• How to complete this task:
Please transcribe exactly, and only, the lines of the data below between the line holding "# F8 (on face) → F9 (join)" and the line holding "Polygon((30, 201.25), (30, 200), (50, 200), align=None)", inclusive.

Stored data
----

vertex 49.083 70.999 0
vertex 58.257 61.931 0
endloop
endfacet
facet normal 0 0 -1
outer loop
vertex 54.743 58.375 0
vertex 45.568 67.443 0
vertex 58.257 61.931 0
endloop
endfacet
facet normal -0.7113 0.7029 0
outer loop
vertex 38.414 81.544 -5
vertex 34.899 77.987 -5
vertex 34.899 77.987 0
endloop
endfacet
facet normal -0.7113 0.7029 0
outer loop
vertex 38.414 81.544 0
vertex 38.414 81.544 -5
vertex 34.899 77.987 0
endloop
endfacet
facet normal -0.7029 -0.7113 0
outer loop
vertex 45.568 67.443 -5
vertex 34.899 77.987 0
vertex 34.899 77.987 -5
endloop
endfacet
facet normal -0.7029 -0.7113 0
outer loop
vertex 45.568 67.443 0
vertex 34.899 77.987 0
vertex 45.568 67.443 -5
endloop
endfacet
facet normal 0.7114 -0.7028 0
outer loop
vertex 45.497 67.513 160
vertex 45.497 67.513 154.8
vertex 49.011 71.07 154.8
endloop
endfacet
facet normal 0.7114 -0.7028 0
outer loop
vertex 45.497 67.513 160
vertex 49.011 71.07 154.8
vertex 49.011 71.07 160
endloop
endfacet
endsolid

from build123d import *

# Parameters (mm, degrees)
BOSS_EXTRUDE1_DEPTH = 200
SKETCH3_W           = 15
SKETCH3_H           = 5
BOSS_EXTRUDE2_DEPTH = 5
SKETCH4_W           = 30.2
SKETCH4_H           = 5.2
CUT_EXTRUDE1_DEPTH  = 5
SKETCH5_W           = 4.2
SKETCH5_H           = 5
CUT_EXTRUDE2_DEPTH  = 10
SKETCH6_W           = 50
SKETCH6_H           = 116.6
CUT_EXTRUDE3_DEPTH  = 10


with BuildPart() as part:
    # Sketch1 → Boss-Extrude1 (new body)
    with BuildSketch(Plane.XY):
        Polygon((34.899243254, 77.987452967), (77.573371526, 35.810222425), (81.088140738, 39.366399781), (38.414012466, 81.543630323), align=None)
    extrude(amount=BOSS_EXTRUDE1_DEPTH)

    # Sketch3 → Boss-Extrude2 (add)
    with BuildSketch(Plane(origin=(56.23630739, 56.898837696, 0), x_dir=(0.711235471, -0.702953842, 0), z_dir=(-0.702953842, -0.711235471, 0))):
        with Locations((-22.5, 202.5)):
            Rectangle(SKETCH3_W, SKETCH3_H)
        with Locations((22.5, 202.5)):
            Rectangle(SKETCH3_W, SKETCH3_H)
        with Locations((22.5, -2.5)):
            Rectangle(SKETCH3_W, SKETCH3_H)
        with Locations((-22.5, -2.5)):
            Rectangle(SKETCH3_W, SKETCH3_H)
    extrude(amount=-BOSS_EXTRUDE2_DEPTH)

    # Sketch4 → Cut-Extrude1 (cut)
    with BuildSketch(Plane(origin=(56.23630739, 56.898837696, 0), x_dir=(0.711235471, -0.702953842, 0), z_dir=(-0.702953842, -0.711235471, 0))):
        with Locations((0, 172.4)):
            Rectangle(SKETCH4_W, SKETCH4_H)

----

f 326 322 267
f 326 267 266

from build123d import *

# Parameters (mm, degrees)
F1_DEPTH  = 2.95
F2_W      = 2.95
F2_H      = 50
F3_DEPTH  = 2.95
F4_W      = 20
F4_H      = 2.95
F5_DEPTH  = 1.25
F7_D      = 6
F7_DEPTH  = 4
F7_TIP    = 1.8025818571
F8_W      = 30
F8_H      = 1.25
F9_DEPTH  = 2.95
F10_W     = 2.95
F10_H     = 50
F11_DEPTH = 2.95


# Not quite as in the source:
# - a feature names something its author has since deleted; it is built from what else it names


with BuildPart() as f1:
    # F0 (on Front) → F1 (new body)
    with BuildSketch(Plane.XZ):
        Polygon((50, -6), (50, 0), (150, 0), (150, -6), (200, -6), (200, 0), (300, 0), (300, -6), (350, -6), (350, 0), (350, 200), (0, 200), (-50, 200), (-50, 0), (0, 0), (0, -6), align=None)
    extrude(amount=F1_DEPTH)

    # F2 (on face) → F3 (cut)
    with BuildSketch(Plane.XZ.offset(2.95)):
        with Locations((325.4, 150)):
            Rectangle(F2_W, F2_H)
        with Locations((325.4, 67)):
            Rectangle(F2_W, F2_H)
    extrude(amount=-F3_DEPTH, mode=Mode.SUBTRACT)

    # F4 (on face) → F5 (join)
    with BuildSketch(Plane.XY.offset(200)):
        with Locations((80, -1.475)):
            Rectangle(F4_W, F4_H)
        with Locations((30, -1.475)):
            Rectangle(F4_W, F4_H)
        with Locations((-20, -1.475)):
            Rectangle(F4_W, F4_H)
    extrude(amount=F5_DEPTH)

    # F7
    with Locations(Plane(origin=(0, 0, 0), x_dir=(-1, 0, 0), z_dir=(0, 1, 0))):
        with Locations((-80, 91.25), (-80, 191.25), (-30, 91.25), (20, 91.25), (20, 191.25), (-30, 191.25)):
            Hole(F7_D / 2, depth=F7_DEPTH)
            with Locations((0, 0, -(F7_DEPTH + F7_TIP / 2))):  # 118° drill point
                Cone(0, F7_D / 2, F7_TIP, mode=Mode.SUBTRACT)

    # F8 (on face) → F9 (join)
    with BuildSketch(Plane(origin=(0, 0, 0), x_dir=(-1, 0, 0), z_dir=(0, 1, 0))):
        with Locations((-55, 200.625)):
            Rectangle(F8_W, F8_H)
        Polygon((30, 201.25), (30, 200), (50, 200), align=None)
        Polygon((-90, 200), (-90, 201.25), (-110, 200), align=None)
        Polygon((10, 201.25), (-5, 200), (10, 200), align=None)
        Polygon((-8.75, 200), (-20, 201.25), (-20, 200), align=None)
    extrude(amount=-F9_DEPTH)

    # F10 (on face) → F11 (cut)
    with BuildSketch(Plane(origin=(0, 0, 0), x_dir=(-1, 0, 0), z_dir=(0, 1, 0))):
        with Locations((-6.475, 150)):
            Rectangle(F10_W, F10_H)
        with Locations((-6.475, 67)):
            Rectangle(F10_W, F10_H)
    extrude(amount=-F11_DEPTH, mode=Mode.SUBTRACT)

----

• Answer for this exercise:
    # F8 (on face) → F9 (join)
    with BuildSketch(Plane(origin=(0, 0, 0), x_dir=(-1, 0, 0), z_dir=(0, 1, 0))):
        with Locations((-55, 200.625)):
            Rectangle(F8_W, F8_H)
        Polygon((30, 201.25), (30, 200), (50, 200), align=None)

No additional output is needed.